(Assignment) Could you output, exactly and with nothing else, every line from the one that contains "#127=SHAPE_DEFINITION_REPRESENTATION(#7,#126);" through the last line of the listing below?

(The records)

--- START ---

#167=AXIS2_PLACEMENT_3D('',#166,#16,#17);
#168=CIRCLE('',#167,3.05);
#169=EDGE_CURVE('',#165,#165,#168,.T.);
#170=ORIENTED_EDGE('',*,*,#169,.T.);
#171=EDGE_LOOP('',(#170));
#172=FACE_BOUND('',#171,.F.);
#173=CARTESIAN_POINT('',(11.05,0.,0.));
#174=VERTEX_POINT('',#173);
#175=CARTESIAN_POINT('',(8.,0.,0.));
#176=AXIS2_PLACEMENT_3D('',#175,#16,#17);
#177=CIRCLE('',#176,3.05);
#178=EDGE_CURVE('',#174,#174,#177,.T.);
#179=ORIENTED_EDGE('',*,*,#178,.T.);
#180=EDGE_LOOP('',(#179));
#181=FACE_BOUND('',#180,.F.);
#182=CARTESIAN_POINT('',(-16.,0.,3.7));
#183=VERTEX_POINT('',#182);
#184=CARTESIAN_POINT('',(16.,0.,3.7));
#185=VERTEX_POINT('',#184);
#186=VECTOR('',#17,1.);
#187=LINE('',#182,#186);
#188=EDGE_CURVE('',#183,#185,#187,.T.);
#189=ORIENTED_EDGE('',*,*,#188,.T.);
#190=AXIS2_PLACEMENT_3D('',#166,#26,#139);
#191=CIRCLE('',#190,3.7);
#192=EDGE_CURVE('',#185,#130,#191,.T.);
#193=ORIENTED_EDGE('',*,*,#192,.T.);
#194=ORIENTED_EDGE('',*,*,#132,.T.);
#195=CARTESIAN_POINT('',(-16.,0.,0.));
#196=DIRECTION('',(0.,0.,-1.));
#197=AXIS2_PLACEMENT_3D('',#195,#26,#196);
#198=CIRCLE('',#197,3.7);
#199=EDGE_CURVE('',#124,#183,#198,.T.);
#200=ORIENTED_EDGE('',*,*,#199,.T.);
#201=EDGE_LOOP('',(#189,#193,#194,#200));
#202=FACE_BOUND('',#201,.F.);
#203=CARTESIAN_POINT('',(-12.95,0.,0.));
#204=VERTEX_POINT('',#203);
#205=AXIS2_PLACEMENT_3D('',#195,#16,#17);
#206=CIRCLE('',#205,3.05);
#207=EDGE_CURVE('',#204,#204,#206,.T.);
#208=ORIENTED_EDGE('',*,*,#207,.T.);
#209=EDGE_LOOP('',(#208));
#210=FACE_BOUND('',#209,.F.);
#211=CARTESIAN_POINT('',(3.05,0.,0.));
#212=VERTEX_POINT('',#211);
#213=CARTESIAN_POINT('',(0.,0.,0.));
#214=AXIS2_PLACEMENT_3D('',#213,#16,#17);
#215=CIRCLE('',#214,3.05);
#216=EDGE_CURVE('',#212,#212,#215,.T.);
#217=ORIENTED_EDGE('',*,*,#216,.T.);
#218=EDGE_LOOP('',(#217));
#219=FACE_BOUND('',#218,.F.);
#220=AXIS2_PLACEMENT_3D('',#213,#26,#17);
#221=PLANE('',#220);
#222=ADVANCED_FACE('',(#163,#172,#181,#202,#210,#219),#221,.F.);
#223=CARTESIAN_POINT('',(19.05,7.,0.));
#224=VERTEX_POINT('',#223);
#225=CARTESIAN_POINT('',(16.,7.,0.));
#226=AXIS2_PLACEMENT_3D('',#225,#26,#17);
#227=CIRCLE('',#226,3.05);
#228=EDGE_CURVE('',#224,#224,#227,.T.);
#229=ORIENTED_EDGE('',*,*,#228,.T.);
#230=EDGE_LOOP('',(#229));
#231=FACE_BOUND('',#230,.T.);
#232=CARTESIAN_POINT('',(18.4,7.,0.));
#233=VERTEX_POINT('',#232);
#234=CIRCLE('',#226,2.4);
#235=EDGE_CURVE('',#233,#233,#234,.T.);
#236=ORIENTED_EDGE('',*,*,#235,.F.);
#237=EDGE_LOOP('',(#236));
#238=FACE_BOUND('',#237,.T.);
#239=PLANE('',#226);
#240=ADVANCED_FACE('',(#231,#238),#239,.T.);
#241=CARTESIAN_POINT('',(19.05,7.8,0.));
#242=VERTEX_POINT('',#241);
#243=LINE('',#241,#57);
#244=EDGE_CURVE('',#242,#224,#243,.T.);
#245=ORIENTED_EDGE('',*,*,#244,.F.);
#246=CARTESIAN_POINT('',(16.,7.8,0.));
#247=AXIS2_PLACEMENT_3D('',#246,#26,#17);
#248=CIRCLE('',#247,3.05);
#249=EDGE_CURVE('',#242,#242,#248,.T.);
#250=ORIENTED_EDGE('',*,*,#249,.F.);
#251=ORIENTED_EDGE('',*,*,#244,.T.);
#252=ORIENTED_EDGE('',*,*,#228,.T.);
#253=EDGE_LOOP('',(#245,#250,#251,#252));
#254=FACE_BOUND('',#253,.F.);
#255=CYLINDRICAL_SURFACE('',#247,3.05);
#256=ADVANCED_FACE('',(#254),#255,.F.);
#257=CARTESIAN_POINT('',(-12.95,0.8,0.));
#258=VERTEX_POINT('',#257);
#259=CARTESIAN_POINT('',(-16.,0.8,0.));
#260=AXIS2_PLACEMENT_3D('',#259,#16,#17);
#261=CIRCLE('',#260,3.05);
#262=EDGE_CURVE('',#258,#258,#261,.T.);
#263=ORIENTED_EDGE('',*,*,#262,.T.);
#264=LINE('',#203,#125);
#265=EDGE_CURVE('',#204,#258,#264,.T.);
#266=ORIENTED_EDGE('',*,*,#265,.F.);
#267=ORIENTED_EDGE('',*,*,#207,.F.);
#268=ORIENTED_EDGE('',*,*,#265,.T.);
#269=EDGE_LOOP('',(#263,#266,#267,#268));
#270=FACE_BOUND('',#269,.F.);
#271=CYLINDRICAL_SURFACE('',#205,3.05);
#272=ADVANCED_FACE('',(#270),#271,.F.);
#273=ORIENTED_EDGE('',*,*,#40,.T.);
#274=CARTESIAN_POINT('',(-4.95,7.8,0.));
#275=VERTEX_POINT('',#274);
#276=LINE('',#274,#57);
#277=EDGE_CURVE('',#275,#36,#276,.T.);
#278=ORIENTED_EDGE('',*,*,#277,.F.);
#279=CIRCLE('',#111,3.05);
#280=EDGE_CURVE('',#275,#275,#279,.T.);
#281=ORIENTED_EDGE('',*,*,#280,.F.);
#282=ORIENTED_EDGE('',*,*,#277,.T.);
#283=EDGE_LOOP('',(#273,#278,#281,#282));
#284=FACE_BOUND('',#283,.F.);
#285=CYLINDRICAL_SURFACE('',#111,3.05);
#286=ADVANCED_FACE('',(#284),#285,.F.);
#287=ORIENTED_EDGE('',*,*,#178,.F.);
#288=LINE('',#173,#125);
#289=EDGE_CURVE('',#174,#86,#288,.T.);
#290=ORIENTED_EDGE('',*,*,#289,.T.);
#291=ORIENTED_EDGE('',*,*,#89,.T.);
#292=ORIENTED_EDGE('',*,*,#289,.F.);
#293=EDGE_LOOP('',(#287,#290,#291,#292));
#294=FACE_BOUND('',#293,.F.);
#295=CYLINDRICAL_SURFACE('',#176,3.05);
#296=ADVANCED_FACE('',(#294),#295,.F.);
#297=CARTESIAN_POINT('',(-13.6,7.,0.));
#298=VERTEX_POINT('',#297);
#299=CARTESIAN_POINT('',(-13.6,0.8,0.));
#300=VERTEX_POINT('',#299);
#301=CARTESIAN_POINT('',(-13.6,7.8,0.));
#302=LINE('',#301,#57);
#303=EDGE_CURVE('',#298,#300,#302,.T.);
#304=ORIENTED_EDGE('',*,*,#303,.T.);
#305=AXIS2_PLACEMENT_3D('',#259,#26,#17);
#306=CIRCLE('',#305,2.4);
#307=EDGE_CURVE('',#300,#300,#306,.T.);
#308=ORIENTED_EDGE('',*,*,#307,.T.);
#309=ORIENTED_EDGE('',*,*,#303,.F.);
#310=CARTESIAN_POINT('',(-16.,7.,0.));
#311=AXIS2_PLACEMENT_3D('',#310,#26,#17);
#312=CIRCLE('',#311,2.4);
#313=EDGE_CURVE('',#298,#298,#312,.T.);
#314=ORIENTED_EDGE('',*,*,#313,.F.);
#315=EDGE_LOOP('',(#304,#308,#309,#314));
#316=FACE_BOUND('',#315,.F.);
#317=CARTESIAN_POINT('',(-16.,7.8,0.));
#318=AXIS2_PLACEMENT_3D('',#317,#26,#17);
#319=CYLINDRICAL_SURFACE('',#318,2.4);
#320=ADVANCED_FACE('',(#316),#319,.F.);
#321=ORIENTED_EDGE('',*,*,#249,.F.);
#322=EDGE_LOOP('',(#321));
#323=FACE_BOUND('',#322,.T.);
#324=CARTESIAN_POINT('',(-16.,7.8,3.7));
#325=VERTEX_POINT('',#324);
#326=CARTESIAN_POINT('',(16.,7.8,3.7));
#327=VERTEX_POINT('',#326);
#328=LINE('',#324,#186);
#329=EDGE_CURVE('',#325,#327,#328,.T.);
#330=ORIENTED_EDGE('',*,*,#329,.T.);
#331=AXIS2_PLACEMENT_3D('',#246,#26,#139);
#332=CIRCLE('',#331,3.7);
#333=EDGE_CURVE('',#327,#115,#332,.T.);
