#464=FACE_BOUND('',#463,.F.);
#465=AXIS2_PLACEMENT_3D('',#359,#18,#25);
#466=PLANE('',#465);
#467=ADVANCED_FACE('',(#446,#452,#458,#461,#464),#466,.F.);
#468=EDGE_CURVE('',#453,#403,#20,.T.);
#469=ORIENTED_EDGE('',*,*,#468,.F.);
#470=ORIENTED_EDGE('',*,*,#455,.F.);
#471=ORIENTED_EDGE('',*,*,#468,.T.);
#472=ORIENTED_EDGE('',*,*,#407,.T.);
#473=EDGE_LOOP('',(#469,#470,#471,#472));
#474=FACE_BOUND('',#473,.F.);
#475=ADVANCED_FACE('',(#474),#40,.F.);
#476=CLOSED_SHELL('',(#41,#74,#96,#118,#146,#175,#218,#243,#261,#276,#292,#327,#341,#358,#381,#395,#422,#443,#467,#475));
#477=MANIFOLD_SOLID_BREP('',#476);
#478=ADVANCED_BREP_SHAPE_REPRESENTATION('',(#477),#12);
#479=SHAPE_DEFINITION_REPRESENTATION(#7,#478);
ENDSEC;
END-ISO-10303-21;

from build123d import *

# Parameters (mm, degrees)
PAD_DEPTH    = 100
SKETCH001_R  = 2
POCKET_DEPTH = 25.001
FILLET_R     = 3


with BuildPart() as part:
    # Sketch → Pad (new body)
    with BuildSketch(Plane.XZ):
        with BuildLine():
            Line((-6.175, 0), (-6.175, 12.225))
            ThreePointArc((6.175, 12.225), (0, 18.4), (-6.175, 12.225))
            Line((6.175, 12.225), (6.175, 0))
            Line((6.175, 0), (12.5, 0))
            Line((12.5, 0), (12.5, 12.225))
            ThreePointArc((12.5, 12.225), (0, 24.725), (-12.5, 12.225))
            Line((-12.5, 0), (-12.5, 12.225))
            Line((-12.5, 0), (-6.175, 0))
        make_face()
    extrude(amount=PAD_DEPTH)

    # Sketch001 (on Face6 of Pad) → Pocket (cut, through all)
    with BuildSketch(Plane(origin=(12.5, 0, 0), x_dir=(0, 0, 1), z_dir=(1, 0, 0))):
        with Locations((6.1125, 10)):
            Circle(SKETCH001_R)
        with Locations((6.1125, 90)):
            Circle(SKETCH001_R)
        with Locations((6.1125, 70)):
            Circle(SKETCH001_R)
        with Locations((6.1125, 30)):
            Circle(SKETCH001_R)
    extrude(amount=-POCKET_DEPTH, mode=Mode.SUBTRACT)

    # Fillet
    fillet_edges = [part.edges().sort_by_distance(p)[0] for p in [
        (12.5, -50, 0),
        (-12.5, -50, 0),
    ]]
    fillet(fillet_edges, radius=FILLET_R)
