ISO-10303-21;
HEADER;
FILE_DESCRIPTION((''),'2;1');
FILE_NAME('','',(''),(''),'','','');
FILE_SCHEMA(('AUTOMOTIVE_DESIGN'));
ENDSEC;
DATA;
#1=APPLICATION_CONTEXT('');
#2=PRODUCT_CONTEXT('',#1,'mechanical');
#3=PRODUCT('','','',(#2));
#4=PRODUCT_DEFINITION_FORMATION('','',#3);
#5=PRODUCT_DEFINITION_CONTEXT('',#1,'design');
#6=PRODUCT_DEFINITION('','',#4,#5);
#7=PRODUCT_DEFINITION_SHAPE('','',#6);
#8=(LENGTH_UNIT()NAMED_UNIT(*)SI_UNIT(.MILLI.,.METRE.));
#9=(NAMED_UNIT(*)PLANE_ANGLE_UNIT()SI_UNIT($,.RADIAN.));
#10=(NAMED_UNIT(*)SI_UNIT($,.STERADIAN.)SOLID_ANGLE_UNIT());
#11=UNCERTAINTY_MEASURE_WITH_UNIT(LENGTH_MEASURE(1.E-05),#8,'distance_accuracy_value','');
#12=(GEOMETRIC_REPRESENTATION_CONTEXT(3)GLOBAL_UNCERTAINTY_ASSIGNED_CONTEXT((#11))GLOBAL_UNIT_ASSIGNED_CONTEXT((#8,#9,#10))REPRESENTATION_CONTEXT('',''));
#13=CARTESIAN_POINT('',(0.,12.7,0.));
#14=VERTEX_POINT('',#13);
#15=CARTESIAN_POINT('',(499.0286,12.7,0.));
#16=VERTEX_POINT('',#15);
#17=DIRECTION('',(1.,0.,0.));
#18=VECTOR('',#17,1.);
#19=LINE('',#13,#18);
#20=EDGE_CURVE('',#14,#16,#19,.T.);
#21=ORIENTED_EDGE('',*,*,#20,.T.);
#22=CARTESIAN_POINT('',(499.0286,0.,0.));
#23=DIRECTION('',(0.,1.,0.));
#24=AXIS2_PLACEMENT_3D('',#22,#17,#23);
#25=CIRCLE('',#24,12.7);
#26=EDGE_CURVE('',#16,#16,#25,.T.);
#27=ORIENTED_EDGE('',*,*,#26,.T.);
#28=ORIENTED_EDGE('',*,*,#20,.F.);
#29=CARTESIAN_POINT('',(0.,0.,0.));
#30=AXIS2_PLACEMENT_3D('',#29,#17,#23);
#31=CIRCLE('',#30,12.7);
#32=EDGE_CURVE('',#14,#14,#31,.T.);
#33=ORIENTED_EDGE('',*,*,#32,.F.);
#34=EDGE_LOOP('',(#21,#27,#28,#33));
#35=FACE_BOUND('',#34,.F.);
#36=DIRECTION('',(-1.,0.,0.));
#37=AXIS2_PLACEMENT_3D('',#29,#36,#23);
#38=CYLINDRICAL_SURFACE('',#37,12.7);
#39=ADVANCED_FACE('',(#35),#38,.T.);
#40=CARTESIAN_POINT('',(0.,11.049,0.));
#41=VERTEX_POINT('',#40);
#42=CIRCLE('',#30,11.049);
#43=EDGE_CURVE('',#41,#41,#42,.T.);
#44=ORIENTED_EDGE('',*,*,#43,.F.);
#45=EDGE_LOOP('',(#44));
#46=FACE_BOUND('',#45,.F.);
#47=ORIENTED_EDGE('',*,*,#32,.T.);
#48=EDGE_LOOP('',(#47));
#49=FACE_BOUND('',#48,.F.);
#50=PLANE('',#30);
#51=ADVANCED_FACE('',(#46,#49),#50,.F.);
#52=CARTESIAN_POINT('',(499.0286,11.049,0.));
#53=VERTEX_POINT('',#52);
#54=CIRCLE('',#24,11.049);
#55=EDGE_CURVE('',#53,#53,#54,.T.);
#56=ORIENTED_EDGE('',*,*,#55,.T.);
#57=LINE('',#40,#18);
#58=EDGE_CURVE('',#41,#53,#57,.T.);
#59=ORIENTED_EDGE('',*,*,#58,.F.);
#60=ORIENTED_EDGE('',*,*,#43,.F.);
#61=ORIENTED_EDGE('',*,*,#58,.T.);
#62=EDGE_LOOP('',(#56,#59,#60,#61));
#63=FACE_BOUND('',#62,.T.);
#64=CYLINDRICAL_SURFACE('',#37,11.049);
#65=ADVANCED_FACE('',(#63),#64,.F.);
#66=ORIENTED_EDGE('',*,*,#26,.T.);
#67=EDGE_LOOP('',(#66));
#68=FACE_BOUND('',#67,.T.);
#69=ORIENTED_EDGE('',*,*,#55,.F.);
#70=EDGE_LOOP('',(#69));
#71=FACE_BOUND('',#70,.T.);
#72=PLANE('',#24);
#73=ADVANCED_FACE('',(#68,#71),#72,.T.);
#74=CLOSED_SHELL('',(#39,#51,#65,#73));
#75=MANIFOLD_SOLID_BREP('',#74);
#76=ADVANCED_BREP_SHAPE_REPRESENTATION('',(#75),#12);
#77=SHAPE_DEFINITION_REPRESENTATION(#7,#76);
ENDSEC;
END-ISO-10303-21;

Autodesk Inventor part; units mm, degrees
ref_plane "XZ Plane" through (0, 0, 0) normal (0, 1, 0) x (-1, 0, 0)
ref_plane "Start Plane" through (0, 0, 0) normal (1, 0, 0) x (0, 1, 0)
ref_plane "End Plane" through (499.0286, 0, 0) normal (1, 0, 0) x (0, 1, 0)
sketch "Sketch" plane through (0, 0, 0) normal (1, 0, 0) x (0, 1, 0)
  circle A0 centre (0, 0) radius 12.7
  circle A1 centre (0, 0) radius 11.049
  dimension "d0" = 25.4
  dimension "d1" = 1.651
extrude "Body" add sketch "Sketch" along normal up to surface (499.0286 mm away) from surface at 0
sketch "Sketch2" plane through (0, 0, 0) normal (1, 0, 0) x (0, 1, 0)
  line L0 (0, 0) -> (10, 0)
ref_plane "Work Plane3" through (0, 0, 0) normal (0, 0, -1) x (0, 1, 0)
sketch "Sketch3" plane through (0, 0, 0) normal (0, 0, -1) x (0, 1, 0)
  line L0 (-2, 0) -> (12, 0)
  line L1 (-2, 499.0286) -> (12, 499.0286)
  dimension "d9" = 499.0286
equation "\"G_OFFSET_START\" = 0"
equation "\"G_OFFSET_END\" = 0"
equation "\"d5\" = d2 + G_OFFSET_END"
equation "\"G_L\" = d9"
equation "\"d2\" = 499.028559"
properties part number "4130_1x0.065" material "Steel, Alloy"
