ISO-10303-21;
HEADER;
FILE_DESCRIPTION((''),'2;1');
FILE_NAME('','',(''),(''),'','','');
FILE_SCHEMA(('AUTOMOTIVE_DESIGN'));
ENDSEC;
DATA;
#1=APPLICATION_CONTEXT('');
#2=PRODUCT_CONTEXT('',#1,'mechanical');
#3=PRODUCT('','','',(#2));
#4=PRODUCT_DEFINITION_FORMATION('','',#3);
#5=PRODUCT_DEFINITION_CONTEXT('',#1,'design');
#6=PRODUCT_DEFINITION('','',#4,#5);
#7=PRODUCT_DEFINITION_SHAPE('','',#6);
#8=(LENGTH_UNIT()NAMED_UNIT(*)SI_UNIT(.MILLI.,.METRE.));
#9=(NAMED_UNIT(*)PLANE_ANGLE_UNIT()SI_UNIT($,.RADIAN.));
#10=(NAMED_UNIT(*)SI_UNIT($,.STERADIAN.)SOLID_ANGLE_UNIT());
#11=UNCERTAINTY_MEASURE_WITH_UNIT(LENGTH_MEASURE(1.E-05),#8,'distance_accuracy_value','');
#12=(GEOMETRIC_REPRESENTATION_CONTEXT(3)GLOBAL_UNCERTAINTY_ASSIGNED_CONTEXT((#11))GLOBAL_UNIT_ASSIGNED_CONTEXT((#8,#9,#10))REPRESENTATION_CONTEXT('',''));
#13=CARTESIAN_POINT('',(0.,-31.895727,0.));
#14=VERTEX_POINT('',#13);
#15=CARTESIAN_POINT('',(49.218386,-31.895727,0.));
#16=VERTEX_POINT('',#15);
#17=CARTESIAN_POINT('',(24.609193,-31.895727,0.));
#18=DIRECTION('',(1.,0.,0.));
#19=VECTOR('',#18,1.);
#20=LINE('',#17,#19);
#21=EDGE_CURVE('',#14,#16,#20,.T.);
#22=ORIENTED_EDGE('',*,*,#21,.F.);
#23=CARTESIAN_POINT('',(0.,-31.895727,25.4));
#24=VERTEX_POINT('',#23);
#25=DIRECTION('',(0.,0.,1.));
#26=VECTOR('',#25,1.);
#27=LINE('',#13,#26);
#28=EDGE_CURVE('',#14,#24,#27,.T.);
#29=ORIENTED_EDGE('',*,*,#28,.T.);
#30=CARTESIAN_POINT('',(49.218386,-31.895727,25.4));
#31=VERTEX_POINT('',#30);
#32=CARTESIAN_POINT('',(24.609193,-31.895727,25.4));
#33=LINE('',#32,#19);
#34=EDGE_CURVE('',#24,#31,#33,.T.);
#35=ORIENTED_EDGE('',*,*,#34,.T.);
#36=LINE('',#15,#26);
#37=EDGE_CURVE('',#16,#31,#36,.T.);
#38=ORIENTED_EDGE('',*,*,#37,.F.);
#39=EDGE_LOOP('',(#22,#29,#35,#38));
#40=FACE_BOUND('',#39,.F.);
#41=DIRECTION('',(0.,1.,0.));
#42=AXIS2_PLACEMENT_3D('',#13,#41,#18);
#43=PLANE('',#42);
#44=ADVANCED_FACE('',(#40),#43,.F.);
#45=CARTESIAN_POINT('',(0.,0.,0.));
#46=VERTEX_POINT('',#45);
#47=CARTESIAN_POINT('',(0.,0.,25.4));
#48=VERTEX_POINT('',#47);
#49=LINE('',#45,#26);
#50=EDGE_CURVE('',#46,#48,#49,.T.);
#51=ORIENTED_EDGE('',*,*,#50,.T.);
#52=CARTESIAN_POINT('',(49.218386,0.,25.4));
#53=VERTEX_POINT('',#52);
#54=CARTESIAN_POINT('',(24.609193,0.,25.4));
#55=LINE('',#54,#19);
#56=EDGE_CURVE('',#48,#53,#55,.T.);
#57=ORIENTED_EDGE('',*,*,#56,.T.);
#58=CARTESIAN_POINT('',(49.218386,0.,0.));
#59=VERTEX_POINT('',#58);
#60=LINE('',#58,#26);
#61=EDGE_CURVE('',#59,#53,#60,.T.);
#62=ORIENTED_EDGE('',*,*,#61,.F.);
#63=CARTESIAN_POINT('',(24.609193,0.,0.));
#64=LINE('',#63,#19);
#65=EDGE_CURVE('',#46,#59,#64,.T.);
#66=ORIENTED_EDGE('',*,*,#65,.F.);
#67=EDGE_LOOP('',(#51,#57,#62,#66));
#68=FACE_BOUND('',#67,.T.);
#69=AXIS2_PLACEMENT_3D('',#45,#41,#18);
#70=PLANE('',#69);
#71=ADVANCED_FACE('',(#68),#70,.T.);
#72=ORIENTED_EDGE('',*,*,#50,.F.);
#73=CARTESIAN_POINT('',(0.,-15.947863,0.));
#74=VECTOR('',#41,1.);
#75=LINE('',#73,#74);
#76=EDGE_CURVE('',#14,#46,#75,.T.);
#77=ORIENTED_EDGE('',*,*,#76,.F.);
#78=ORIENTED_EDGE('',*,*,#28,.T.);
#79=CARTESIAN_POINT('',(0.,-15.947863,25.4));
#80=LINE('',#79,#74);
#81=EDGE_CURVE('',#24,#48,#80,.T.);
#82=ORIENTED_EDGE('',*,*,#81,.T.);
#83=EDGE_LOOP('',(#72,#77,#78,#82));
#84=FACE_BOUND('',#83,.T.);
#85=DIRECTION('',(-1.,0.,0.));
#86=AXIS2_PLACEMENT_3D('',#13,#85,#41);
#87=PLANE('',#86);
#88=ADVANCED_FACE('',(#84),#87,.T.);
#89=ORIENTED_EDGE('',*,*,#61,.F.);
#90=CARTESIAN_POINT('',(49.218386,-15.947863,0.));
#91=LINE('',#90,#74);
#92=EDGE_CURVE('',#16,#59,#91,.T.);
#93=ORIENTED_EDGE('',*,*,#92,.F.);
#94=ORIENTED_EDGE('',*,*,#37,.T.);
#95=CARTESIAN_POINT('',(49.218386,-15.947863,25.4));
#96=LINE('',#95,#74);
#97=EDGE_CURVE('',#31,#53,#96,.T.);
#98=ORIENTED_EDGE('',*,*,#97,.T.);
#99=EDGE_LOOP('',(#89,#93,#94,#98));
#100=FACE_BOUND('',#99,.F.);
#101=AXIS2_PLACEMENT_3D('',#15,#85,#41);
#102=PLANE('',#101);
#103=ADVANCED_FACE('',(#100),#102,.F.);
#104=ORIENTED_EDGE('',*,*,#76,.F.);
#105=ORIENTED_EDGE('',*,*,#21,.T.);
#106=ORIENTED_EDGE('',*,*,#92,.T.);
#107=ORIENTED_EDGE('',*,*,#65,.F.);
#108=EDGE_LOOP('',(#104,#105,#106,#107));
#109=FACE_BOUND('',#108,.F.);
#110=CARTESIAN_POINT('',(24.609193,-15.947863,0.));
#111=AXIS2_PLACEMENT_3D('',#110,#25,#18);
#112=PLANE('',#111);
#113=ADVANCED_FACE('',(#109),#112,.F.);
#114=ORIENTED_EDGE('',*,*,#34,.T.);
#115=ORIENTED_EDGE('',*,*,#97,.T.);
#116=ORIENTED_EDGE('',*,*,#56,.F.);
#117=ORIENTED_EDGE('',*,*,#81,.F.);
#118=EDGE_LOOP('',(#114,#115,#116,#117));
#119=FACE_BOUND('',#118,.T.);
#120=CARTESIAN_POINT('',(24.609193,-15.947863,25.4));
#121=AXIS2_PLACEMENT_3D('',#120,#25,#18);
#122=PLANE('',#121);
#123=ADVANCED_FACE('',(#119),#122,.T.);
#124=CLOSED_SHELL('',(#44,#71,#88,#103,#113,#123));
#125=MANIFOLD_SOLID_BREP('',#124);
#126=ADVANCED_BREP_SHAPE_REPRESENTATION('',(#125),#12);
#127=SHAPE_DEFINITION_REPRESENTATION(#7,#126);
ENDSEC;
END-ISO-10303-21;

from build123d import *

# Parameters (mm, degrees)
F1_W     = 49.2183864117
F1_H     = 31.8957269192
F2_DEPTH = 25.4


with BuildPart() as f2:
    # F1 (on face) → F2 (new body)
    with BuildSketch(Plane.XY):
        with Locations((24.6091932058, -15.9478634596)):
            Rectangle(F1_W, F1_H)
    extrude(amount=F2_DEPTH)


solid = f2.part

--- END ---

(Exercise solution)
#127=SHAPE_DEFINITION_REPRESENTATION(#7,#126);
ENDSEC;
END-ISO-10303-21;

from build123d import *

# Parameters (mm, degrees)
F1_W     = 49.2183864117
F1_H     = 31.8957269192
F2_DEPTH = 25.4


with BuildPart() as f2:
    # F1 (on face) → F2 (new body)
    with BuildSketch(Plane.XY):
        with Locations((24.6091932058, -15.9478634596)):
            Rectangle(F1_W, F1_H)
    extrude(amount=F2_DEPTH)


solid = f2.part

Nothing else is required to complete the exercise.